Szalasi bowed over Sabine's hand. Grauber and Cochefert were presented to her. The whole middle section of the Frenchman's face was swathed in a great bandage. Only his hooded eyes showed above, and his chin below it. Evidently his nose had been plugged as, when he spoke, it was in a voice so distorted that it sounded as though he had a split palate or acute adenoids. He was so shaky from loss of blood that he was given a chair, but Grauber was not invited to sit, and the pink cheeked Puttony remained modestly in the background. After these greetings, Ribbentrop said in a cold haughty tone:
'Herr Gruppenführer, the Gnadige Frau Baronin has consented to answer any questions you care to put to her. Please be as brief as possible.'
Having bowed his respectful thanks, Grauber asked Sabine to tell them where she had first met the man calling himself Commandant Tavenier, and all that she knew about him.
In a quiet, detached voice, Sabine repeated with a few minor embellishments what she had already told Ribbentrop: such as the address of the apartment at which she had stayed as his aunt's guest in Paris and approximately the date of her stay there. She gave as her reason for the visit that his aunt was a partner in a big French fashion house, and that she had been commissioned by a Hungarian shop to buy models from the firm all of which was quite plausible as, in her poorer days, she had been for a while a professional model.
As Ribbentrop and Szalasi had both been present when she had again met Gregory the previous evening, they had no reason whatever to doubt her veracity, and both nodded confirmation as she went on to give Grauber an outline of what had happened. In the same rather bored manner, she continued with the rest of her story, ending with a positive assertion that, however much Tavenier might resemble the Englishman the Gestapo wanted to catch, he could not possibly be their man.
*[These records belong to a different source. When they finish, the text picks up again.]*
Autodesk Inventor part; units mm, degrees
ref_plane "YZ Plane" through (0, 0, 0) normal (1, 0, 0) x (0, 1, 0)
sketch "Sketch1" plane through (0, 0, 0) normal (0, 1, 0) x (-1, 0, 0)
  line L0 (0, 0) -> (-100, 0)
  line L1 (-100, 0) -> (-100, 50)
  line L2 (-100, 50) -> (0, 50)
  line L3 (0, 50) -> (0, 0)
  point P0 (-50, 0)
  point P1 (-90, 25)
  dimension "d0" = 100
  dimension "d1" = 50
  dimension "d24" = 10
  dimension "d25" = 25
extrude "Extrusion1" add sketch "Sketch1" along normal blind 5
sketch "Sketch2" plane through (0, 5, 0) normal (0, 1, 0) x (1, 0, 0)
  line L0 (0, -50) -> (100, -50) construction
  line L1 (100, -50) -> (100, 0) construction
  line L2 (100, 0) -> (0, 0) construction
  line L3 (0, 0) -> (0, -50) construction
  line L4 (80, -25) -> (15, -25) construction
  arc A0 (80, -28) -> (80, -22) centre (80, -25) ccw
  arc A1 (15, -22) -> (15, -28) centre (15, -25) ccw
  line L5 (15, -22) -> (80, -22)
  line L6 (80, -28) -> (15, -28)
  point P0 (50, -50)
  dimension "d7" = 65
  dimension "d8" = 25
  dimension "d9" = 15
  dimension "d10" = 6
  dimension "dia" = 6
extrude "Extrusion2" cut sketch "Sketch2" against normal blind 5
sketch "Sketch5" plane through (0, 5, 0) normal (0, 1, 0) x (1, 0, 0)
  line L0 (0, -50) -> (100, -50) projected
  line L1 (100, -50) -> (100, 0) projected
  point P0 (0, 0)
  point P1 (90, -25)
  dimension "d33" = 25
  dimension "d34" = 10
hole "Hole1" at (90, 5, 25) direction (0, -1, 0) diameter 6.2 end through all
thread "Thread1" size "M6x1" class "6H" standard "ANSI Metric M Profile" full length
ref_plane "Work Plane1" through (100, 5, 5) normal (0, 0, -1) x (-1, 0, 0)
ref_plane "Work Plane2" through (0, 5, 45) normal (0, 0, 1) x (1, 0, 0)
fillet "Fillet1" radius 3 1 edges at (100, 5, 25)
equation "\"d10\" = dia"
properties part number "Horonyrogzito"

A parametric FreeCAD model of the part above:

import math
import FreeCAD as App
import Part
import Sketcher


def edges_at(feature, points):
    """Names of the edges that pass closest to the given points."""
    edges = feature.Shape.Edges
    near = lambda p: min(range(len(edges)), key=lambda i: edges[i].distToShape(Part.Vertex(*p))[0])
    return sorted({f"Edge{near(p) + 1}" for p in points})


def add_polygon(sketch, points):
    """Adds a closed chain of lines whose ends are joined by coincident constraints."""
    first, n = sketch.GeometryCount, len(points)
    for a, b in zip(points, points[1:] + points[:1]):
        sketch.addGeometry(Part.LineSegment(App.Vector(*a, 0), App.Vector(*b, 0)), False)
    for i in range(n):
        sketch.addConstraint(Sketcher.Constraint("Coincident", first + i, 2, first + (i + 1) % n, 1))

doc = App.newDocument("Part")
body = doc.addObject("PartDesign::Body", "Body")

# Sketch on XZ plane
sketch1 = doc.addObject("Sketcher::SketchObject", "Sketch")
body.addObject(sketch1)
sketch1.AttachmentSupport = (doc.XZ_Plane, [""])
sketch1.MapMode = "FlatFace"
add_polygon(sketch1, [(100, 0), (0, 0), (0, 50), (100, 50)])  # lines 0-3
sketch1.addConstraint(Sketcher.Constraint("Horizontal", 0))
sketch1.addConstraint(Sketcher.Constraint("Vertical", 1))
sketch1.addConstraint(Sketcher.Constraint("Horizontal", 2))
sketch1.addConstraint(Sketcher.Constraint("Vertical", 3))
sketch1.addConstraint(Sketcher.Constraint("Coincident", 0, 2, -1, 1))
sketch1.addConstraint(Sketcher.Constraint("DistanceX", 0, 2, 0, 1, 100.0))
sketch1.addConstraint(Sketcher.Constraint("DistanceY", 1, 1, 1, 2, 50.0))
pad1 = doc.addObject("PartDesign::Pad", "Pad")
body.addObject(pad1)
pad1.Profile = sketch1
pad1.Length = 5
pad1.Reversed = True

# Sketch on XZ plane
sketch2 = doc.addObject("Sketcher::SketchObject", "Sketch001")
body.addObject(sketch2)
sketch2.AttachmentSupport = (doc.XZ_Plane, [""])
sketch2.MapMode = "FlatFace"
sketch2.AttachmentOffset = App.Placement(App.Vector(0, 0, -5), App.Rotation())
sketch2.addGeometry(Part.LineSegment(App.Vector(15, 28, 0), App.Vector(80, 28, 0)), False)
sketch2.addGeometry(Part.ArcOfCircle(Part.Circle(App.Vector(80, 25, 0), App.Vector(0, 0, 1), 3), math.radians(-90), math.radians(90)), False)
sketch2.addGeometry(Part.LineSegment(App.Vector(80, 22, 0), App.Vector(15, 22, 0)), False)
sketch2.addGeometry(Part.ArcOfCircle(Part.Circle(App.Vector(15, 25, 0), App.Vector(0, 0, 1), 3), math.radians(90), math.radians(270)), False)
sketch2.addConstraint(Sketcher.Constraint("Tangent", 0, 2, 1, 2))
sketch2.addConstraint(Sketcher.Constraint("Tangent", 1, 1, 2, 1))
sketch2.addConstraint(Sketcher.Constraint("Tangent", 2, 2, 3, 2))
sketch2.addConstraint(Sketcher.Constraint("Tangent", 3, 1, 0, 1))
sketch2.addConstraint(Sketcher.Constraint("Horizontal", 0))
sketch2.addConstraint(Sketcher.Constraint("Horizontal", 2))
sketch2.addConstraint(Sketcher.Constraint("Radius", 1, 3.0))
sketch2.addConstraint(Sketcher.Constraint("DistanceX", 0, 1, 0, 2, 65.0))
sketch2.addConstraint(Sketcher.Constraint("DistanceY", -1, 1, 1, 3, 25.0))
sketch2.addConstraint(Sketcher.Constraint("DistanceX", -1, 1, 3, 3, 15.0))
pocket1 = doc.addObject("PartDesign::Pocket", "Pocket")
body.addObject(pocket1)
pocket1.Profile = sketch2
pocket1.Length = 5
pocket1.Reversed = True

# Sketch on XZ plane
sketch3 = doc.addObject("Sketcher::SketchObject", "Sketch002")
body.addObject(sketch3)
sketch3.AttachmentSupport = (doc.XZ_Plane, [""])
sketch3.MapMode = "FlatFace"
sketch3.AttachmentOffset = App.Placement(App.Vector(0, 0, -5), App.Rotation())
sketch3.addGeometry(Part.Circle(App.Vector(90, 25, 0), App.Vector(0, 0, 1), 3.1), False)
sketch3.addConstraint(Sketcher.Constraint("Diameter", 0, 6.2))
sketch3.addConstraint(Sketcher.Constraint("DistanceX", -1, 1, 0, 3, 90.0))
sketch3.addConstraint(Sketcher.Constraint("DistanceY", -1, 1, 0, 3, 25.0))
doc.recompute()
hole = doc.addObject("PartDesign::Hole", "Hole")
body.addObject(hole)
hole.Profile = sketch3
hole.ThreadType = "None"
hole.Diameter = 6.2
hole.DepthType = "ThroughAll"
hole.Reversed = True
doc.recompute()

fillet = doc.addObject("PartDesign::Fillet", "Fillet")
body.addObject(fillet)
fillet.Base = (hole, edges_at(hole, [(100, 5, 25)]))
fillet.Radius = 3

doc.recompute()
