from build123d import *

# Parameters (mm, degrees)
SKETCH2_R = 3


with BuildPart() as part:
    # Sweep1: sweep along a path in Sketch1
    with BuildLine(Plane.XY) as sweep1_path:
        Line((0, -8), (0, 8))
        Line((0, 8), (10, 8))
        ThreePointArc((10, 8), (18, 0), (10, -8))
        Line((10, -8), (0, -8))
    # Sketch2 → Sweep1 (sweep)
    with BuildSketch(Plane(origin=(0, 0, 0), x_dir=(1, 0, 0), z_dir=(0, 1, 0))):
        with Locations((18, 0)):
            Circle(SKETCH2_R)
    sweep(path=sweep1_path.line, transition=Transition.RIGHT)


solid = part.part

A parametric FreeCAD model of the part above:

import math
import FreeCAD as App
import Part
import Sketcher
from FreeCAD import Vector
Q = App.Units.Quantity

doc = App.newDocument("Part")
body = doc.addObject("PartDesign::Body", "Body")

sketch1 = body.newObject("Sketcher::SketchObject", "Sketch")
sketch1.AttachmentSupport = (doc.getObject("XZ_Plane"), [""])
sketch1.MapMode = "FlatFace"
sketch1.addGeometry(Part.Circle(Vector(18, 0, 0), Vector(0, 0, 1), 3), False)
sketch1.addConstraint(Sketcher.Constraint("PointOnObject", 0, 3, -1))
sketch1.addConstraint(Sketcher.Constraint("Diameter", 0, Q("6 mm")))
sketch1.addConstraint(Sketcher.Constraint("DistanceX", -1, 1, 0, 3, Q("18 mm")))

sketch2 = body.newObject("Sketcher::SketchObject", "Sketch001")
sketch2.AttachmentSupport = (doc.getObject("XY_Plane"), [""])
sketch2.MapMode = "FlatFace"
sketch2.addGeometry(Part.LineSegment(Vector(0, -8, 0), Vector(0, 8, 0)), False)
sketch2.addGeometry(Part.LineSegment(Vector(0, 8, 0), Vector(10, 8, 0)), False)
sketch2.addGeometry(Part.ArcOfCircle(Part.Circle(Vector(10, 0, 0), Vector(0, 0, 1), 8), math.radians(-90), math.radians(90)), False)
sketch2.addGeometry(Part.LineSegment(Vector(10, -8, 0), Vector(0, -8, 0)), False)
sketch2.addConstraint(Sketcher.Constraint("Coincident", 0, 2, 1, 1))
sketch2.addConstraint(Sketcher.Constraint("Tangent", 1, 2, 2, 2))
sketch2.addConstraint(Sketcher.Constraint("Tangent", 2, 1, 3, 1))
sketch2.addConstraint(Sketcher.Constraint("Coincident", 3, 2, 0, 1))
sketch2.addConstraint(Sketcher.Constraint("Vertical", 0))
sketch2.addConstraint(Sketcher.Constraint("Horizontal", 1))
sketch2.addConstraint(Sketcher.Constraint("Horizontal", 3))
sketch2.addConstraint(Sketcher.Constraint("Symmetric", 0, 2, 3, 2, -1, 1))
sketch2.addConstraint(Sketcher.Constraint("Radius", 2, Q("8 mm")))
sketch2.addConstraint(Sketcher.Constraint("DistanceX", 1, 1, 1, 2, Q("10 mm")))
doc.recompute()

additivepipe = body.newObject("PartDesign::AdditivePipe", "AdditivePipe")
additivepipe.Profile = sketch1
additivepipe.Spine = (sketch2, ["Edge1", "Edge2", "Edge3", "Edge4"])
additivepipe.Transition = "Right corner"

doc.recompute()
Having heard her out, Grauber gave her a queer little smile, and said in his high falsetto, 'It is the Gnadige Frau Baronin who is mistaken.' Then he turned to Ribbentrop, and added: 'Herr Reichsaussenminister, we have proof incontrovertible proof. Listen, please, to what M. le Capitaine Cochefert of the Deuxième Bureau has to say.'
From the moment the Frenchman had entered the hall, Gregory had realized that Grauber must have gone to the hospital where Cochefert v/as being treated and, on hearing his revelations have insisted that he should leave his bed to repeat them to Ribbentrop. While arguing with Sabine in her car he had failed to take into account that his two enemies might get together again so quickly, and it was only in the past few minutes that it had struck him how disastrous their collaborations must prove. His instinctive feeling that Sabine's story was not entirely watertight was now to prove only too well-founded and, for both their sakes, he cursed his folly in having allowed her to persuade him into coming back with her.
Snuffling his words, and obviously speaking only with considerable pain, Cochefert gave particulars of Vichy's reply to his routine enquiry and recounted how, when cornered, Gregory had admitted that he was not Tavenier.